Parallel Value IterationΒΆ
To reap the benefits of Julia’s parallel computing framework for value iteration, we need a few more steps. The main issue we have to get around is code availability when we add processes. But we’ll skip an in-depth explanation and just go straight to what we can do.
We consider a quick and dirty example of running the exact same code as in the MDP with T(s, a) type transition on PLite’s parallel value iteration solver. First, we wrap our existing code under the module ExampleModule (you can name it whatever you want), and save it under the file name ExampleModule.jl. As our naming scheme suggests, the module and file should share the same name. Below is what should be saved to the file.
module ExampleModule
export
mdp,
solver,
solve,
getpolicy
using PLite
# constants
const MinX = 0
const MaxX = 100
const StepX = 20
# mdp definition
mdp = MDP()
statevariable!(mdp, "x", MinX, MaxX) # continuous
statevariable!(mdp, "goal", ["no", "yes"]) # discrete
actionvariable!(mdp, "move", ["W", "E", "stop"]) # discrete
transition!(mdp,
["x", "goal", "move"],
function mytransition(x::Float64, goal::AbstractString, move::AbstractString)
function isgoal(x::Float64)
if abs(x - MaxX / 2) < StepX
return "yes"
else
return "no"
end
end
if isgoal(x) == "yes" && goal == "yes"
return [([x, isgoal(x)], 1.0)]
end
if move == "E"
if x >= MaxX
return [
([x, isgoal(x)], 0.9),
([x - StepX, isgoal(x - StepX)], 0.1)]
elseif x <= MinX
return [
([x, isgoal(x)], 0.2),
([x + StepX, isgoal(x + StepX)], 0.8)]
else
return [
([x, isgoal(x)], 0.1),
([x - StepX, isgoal(x - StepX)], 0.1),
([x + StepX, isgoal(x + StepX)], 0.8)]
end
elseif move == "W"
if x >= MaxX
return [
([x, isgoal(x)], 0.1),
([x - StepX, isgoal(x - StepX)], 0.9)]
elseif x <= MinX
return [
([x, isgoal(x)], 0.9),
([x + StepX, isgoal(x + StepX)], 0.1)]
else
return [
([x, isgoal(x)], 0.1),
([x - StepX, isgoal(x - StepX)], 0.8),
([x + StepX, isgoal(x + StepX)], 0.1)]
end
elseif move == "stop"
return [([x, isgoal(x)], 1.0)]
end
end
)
reward!(mdp,
["x", "goal", "move"],
function myreward(x::Float64, goal::AbstractString, move::AbstractString)
if goal == "yes" && move == "stop"
return 1
else
return 0
end
end
)
# solver options
solver = ParallelValueIteration()
discretize_statevariable!(solver, "x", StepX)
end
On top of the keyword arguments available to SerialValueIteration, ParallelValueIteration has an additional nthreads keyword argument. The default value is CPU_CORES / 2.
CPU_CORES is a Julia standard library constant, and it defaults to the number of CPU cores in your system. But the number of cores given usually includes virtual cores (e.g., Intel processors), so we divide by two to obtain the number of physical cores. There isn’t an issue with increasing the number of cores. But since we have the same number of cores doing the same number of work, there won’t be an increase in efficiency. In fact, with greater number of threads there may be more overhead and runtime processes. As such, we recommend using as many threads as there are physical cores on the machine.
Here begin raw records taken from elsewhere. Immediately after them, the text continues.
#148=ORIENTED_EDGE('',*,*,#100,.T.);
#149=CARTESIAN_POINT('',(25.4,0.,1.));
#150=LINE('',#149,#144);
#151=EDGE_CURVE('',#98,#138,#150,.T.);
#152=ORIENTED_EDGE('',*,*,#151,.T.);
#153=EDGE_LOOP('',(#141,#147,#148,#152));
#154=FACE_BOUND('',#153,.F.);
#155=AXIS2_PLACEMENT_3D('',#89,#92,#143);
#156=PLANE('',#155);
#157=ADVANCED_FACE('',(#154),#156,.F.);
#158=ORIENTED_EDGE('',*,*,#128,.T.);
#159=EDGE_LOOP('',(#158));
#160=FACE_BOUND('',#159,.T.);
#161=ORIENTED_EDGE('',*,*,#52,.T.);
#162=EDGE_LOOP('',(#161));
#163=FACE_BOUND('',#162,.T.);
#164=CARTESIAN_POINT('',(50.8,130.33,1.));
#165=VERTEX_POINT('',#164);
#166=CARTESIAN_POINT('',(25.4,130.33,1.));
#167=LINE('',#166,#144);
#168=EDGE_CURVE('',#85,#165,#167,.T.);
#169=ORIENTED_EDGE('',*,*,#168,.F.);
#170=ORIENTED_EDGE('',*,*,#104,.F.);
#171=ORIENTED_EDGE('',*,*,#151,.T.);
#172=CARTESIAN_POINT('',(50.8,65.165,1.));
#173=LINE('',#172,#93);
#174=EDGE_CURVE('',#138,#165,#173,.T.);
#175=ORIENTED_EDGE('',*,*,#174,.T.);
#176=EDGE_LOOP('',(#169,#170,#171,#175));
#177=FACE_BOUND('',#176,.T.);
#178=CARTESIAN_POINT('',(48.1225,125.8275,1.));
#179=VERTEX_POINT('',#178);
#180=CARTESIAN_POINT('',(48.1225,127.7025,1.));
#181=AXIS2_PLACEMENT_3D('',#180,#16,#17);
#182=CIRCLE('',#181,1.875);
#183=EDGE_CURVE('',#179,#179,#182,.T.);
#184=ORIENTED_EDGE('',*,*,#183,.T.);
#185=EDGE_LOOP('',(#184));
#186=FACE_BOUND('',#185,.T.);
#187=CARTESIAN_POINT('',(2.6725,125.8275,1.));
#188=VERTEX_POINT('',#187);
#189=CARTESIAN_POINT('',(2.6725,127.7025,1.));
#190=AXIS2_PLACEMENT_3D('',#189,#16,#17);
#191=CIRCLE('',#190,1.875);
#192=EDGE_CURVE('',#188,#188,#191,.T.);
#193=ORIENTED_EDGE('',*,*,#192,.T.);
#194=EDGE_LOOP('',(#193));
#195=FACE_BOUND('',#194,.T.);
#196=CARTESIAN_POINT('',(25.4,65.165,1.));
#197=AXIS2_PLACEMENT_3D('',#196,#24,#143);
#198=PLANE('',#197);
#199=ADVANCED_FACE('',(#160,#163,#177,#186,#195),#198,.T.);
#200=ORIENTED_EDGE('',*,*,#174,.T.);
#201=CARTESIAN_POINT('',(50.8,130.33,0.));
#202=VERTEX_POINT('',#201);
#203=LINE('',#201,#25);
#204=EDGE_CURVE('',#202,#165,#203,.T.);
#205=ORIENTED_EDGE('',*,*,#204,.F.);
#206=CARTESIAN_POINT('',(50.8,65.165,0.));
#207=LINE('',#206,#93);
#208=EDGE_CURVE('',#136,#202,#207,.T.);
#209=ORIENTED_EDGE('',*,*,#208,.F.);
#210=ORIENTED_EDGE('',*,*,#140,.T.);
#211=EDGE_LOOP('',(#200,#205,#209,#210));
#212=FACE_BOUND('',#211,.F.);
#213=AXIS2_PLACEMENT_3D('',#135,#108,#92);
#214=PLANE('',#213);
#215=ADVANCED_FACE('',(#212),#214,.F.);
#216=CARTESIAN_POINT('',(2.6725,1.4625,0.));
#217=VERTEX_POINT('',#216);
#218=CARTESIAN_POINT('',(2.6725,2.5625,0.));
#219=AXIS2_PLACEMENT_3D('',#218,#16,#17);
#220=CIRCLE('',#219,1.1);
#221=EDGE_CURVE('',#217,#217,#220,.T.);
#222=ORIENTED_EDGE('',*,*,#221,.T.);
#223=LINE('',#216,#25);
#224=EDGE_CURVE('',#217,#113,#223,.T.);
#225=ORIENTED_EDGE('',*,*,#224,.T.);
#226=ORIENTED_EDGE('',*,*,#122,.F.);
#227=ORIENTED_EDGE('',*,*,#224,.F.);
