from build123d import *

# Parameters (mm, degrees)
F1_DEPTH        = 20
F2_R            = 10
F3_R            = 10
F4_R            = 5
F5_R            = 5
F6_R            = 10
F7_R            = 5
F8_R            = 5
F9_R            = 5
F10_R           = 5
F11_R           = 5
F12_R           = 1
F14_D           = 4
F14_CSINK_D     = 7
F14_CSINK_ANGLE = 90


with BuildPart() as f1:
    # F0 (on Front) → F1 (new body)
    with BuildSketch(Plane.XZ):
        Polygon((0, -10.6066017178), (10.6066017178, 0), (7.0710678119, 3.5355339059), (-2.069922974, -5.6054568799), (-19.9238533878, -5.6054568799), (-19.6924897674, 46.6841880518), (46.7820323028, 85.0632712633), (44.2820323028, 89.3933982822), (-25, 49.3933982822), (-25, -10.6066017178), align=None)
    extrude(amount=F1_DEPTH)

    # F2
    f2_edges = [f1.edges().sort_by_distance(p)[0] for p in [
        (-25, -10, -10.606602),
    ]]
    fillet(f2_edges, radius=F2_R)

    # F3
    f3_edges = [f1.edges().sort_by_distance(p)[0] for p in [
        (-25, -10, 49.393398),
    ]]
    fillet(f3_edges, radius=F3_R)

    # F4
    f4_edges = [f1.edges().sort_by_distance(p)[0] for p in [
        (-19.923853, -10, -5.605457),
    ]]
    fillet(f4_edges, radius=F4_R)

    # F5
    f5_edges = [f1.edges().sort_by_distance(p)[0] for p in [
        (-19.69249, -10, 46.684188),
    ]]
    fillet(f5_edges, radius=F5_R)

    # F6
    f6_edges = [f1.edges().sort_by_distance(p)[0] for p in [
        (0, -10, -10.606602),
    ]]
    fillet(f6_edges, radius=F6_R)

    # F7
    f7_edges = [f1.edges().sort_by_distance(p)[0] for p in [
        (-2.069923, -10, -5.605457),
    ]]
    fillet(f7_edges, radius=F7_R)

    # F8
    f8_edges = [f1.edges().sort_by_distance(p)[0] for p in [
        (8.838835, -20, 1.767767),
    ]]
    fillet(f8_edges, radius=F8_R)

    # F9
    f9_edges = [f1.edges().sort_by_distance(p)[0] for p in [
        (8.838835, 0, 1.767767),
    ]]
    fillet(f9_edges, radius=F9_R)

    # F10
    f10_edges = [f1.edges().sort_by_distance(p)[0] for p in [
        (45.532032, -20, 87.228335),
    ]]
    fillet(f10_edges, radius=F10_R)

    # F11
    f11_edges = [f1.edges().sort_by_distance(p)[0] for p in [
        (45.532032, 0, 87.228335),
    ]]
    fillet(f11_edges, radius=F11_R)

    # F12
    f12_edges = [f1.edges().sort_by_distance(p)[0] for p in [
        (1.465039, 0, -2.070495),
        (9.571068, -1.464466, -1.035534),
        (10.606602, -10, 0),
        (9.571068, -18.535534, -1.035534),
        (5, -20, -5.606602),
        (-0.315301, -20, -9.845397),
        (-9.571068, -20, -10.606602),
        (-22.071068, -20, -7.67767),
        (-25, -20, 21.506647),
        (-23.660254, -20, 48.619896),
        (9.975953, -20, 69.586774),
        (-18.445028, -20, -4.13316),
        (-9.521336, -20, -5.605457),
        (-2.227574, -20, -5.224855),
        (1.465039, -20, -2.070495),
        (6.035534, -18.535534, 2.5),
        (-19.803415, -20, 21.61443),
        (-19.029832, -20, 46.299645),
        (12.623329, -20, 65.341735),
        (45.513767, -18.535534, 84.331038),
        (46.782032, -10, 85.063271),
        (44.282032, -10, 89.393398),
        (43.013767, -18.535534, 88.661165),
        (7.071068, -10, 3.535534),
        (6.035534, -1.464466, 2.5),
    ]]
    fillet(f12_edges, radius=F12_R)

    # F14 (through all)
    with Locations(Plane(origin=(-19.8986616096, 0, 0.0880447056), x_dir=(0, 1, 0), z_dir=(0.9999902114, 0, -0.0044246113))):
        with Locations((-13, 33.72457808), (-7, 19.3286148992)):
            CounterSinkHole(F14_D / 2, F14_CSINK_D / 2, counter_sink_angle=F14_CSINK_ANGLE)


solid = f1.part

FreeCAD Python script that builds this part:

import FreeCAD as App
import Part
import Sketcher

V = App.Vector
Q = App.Units.Quantity


def edges_at(feature, points):
    """Names of the edges that pass closest to the given points."""
    edges = feature.Shape.Edges
    near = lambda p: min(range(len(edges)), key=lambda i: edges[i].distToShape(Part.Vertex(*p))[0])
    return sorted({f"Edge{near(p) + 1}" for p in points})


def add_polygon(sketch, points):
    """Adds a closed chain of lines whose ends are joined by coincident constraints."""
    first, n = sketch.GeometryCount, len(points)
    for a, b in zip(points, points[1:] + points[:1]):
        sketch.addGeometry(Part.LineSegment(App.Vector(*a, 0), App.Vector(*b, 0)), False)
    for i in range(n):
        sketch.addConstraint(Sketcher.Constraint("Coincident", first + i, 2, first + (i + 1) % n, 1))

doc = App.newDocument("Part")
body = doc.addObject("PartDesign::Body", "Body")

# Sketch on XZ plane
sketch1 = body.newObject("Sketcher::SketchObject", "Sketch")
sketch1.AttachmentSupport = (doc.getObject("XZ_Plane"), [""])
sketch1.MapMode = "FlatFace"
add_polygon(sketch1, [(0, -11), (11, 0), (7, 4), (-2, -6), (-20, -6), (-20, 47), (47, 85), (44, 89), (-25, 49), (-25, -11)])  # lines 0-9
sketch1.addConstraint(Sketcher.Constraint("Horizontal", 3))
sketch1.addConstraint(Sketcher.Constraint("Vertical", 8))
sketch1.addConstraint(Sketcher.Constraint("Horizontal", 9))
sketch1.addConstraint(Sketcher.Constraint("PointOnObject", 0, 2, -1))
sketch1.addConstraint(Sketcher.Constraint("PointOnObject", 9, 2, -2))
sketch1.addConstraint(Sketcher.Constraint("Perpendicular", 0, 1))
sketch1.addConstraint(Sketcher.Constraint("Perpendicular", 1, 2))
sketch1.addConstraint(Sketcher.Constraint("Perpendicular", 5, 6))
sketch1.addConstraint(Sketcher.Constraint("Perpendicular", 6, 7))
sketch1.addConstraint(Sketcher.Constraint("Equal", 1, 6))
sketch1.addConstraint(Sketcher.Constraint("DistanceX", 9, 1, 9, 2, Q("25 mm")))
sketch1.addConstraint(Sketcher.Constraint("DistanceY", 8, 2, 8, 1, Q("60 mm")))
sketch1.addConstraint(Sketcher.Constraint("Angle", 0, Q("45 deg")))
sketch1.addConstraint(Sketcher.Constraint("Angle", 5, Q("30 deg")))
sketch1.addConstraint(Sketcher.Constraint("Distance", 0, Q("15 mm")))
sketch1.addConstraint(Sketcher.Constraint("Distance", 1, Q("5 mm")))
sketch1.addConstraint(Sketcher.Constraint("Distance", 7, Q("80 mm")))
sketch1.addConstraint(Sketcher.Constraint("DistanceX", 3, 2, 3, 1, Q("17.85393 mm")))
sketch1.addConstraint(Sketcher.Constraint("DistanceX", 4, 2, -1, 1, Q("19.69249 mm")))
sketch1.addConstraint(Sketcher.Constraint("DistanceX", 2, 2, 1, 2, Q("9.140991 mm")))
pad1 = body.newObject("PartDesign::Pad", "Pad")
pad1.Profile = sketch1
pad1.Length = 20
doc.recompute()

fillet = body.newObject("PartDesign::Fillet", "Fillet")
fillet.Base = (pad1, edges_at(pad1, [(-25, -10, -10.607)]))
fillet.Radius = 10
doc.recompute()

fillet2 = body.newObject("PartDesign::Fillet", "Fillet001")
fillet2.Base = (fillet, edges_at(fillet, [(-25, -10, 49.393)]))
fillet2.Radius = 10
doc.recompute()

fillet3 = body.newObject("PartDesign::Fillet", "Fillet002")
fillet3.Base = (fillet2, edges_at(fillet2, [(-19.924, -10, -5.605)]))
fillet3.Radius = 5
doc.recompute()

fillet4 = body.newObject("PartDesign::Fillet", "Fillet003")
fillet4.Base = (fillet3, edges_at(fillet3, [(-19.692, -10, 46.684)]))
fillet4.Radius = 5
doc.recompute()

fillet5 = body.newObject("PartDesign::Fillet", "Fillet004")
fillet5.Base = (fillet4, edges_at(fillet4, [(0, -10, -10.607)]))
fillet5.Radius = 10
doc.recompute()

fillet6 = body.newObject("PartDesign::Fillet", "Fillet005")
fillet6.Base = (fillet5, edges_at(fillet5, [(-2.07, -10, -5.605)]))
fillet6.Radius = 5
doc.recompute()

fillet7 = body.newObject("PartDesign::Fillet", "Fillet006")
fillet7.Base = (fillet6, edges_at(fillet6, [(8.839, -20, 1.768)]))
fillet7.Radius = 5
doc.recompute()

fillet8 = body.newObject("PartDesign::Fillet", "Fillet007")
fillet8.Base = (fillet7, edges_at(fillet7, [(8.839, 0, 1.768)]))
fillet8.Radius = 5
doc.recompute()

fillet9 = body.newObject("PartDesign::Fillet", "Fillet008")
fillet9.Base = (fillet8, edges_at(fillet8, [(45.532, -20, 87.228)]))
fillet9.Radius = 5
doc.recompute()

fillet10 = body.newObject("PartDesign::Fillet", "Fillet009")
fillet10.Base = (fillet9, edges_at(fillet9, [(45.532, 0, 87.228)]))
fillet10.Radius = 5
doc.recompute()

fillet11 = body.newObject("PartDesign::Fillet", "Fillet010")
fillet11.Base = (fillet10, edges_at(fillet10, [
    (1.465, 0, -2.07),
    (9.571, -1.464, -1.036),
    (10.607, -10, 0),
    (9.571, -18.536, -1.036),
    (5, -20, -5.607),
    (-0.315, -20, -9.845),
    (-9.571, -20, -10.607),
    (-22.071, -20, -7.678),
    (-25, -20, 21.507),
    (-23.66, -20, 48.62),
    (9.976, -20, 69.587),
    (-18.445, -20, -4.133),
    (-9.521, -20, -5.605),
    (-2.228, -20, -5.225),
    (1.465, -20, -2.07),
    (6.036, -18.536, 2.5),
    (-19.803, -20, 21.614),
    (-19.03, -20, 46.3),
    (12.623, -20, 65.342),
    (45.514, -18.536, 84.331),
    (46.782, -10, 85.063),
    (44.282, -10, 89.393),
    (43.014, -18.536, 88.661),
    (7.071, -10, 3.536),
    (6.036, -1.464, 2.5),
]))
fillet11.Radius = 1

# Sketch on an angled plane
sketch2 = body.newObject("Sketcher::SketchObject", "Sketch001")
sketch2.Placement = App.Placement(V(-19.898662, 0, 0.088045), App.Rotation(V(0, 1, 0), V(0.004424611, 0, 0.999990211), V(0.999990211, 0, -0.004424611), "ZXY"))
sketch2.addGeometry(Part.Circle(V(-13, 33.7, 0), V(0, 0, 1), 2), False)
sketch2.addGeometry(Part.Circle(V(-7, 19.3, 0), V(0, 0, 1), 2), False)
sketch2.addConstraint(Sketcher.Constraint("Equal", 0, 1))
sketch2.addConstraint(Sketcher.Constraint("Diameter", 0, Q("4 mm")))
sketch2.addConstraint(Sketcher.Constraint("DistanceX", 0, 3, -1, 1, Q("13 mm")))
sketch2.addConstraint(Sketcher.Constraint("DistanceX", 1, 3, -1, 1, Q("7 mm")))
sketch2.addConstraint(Sketcher.Constraint("DistanceY", -1, 1, 0, 3, Q("33.724578 mm")))
sketch2.addConstraint(Sketcher.Constraint("DistanceY", -1, 1, 1, 3, Q("19.328615 mm")))
doc.recompute()
hole = body.newObject("PartDesign::Hole", "Hole")
hole.Profile = sketch2
hole.ThreadType = "None"
hole.Diameter = 4
hole.DepthType = "ThroughAll"
hole.HoleCutType = "Countersink"
hole.HoleCutDiameter = 7
hole.HoleCutCountersinkAngle = 90

doc.recompute()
In the case of the parallel solver, we can define
solver = ParallelValueIteration(
tol=1e-6,
maxiter=10000,
discount=0.999,
verbose=false,
nthreads=10)
As in the serial solver, PLite needs a definition of the discretization scheme.
Notice that there are two modifications to the code being wrapped (in addition to putting it in ExampleModule and using ParallelValueIteration):
- we removed the
solvebit that generated the solution - we added the
exportkeyword that makes the objects and functions available to the user (either in on the console or the Jupyter notebook)
export
mdp,
solver,
solve,
getpolicy
On the console or Jupyter notebook, we then input the following.
const NThreads = int(CPU_CORES / 2)
addprocs(NThreads - 1) # -1 to account for existing process
using ExampleModule
# generate results
solution = solve(mdp, solver)
Notice we add the desired number of processes before loading the module. This sequence of code evaluation allows all processes to get the code on ExampleModule. We then call solve on the mdp and solver to obtain the solution.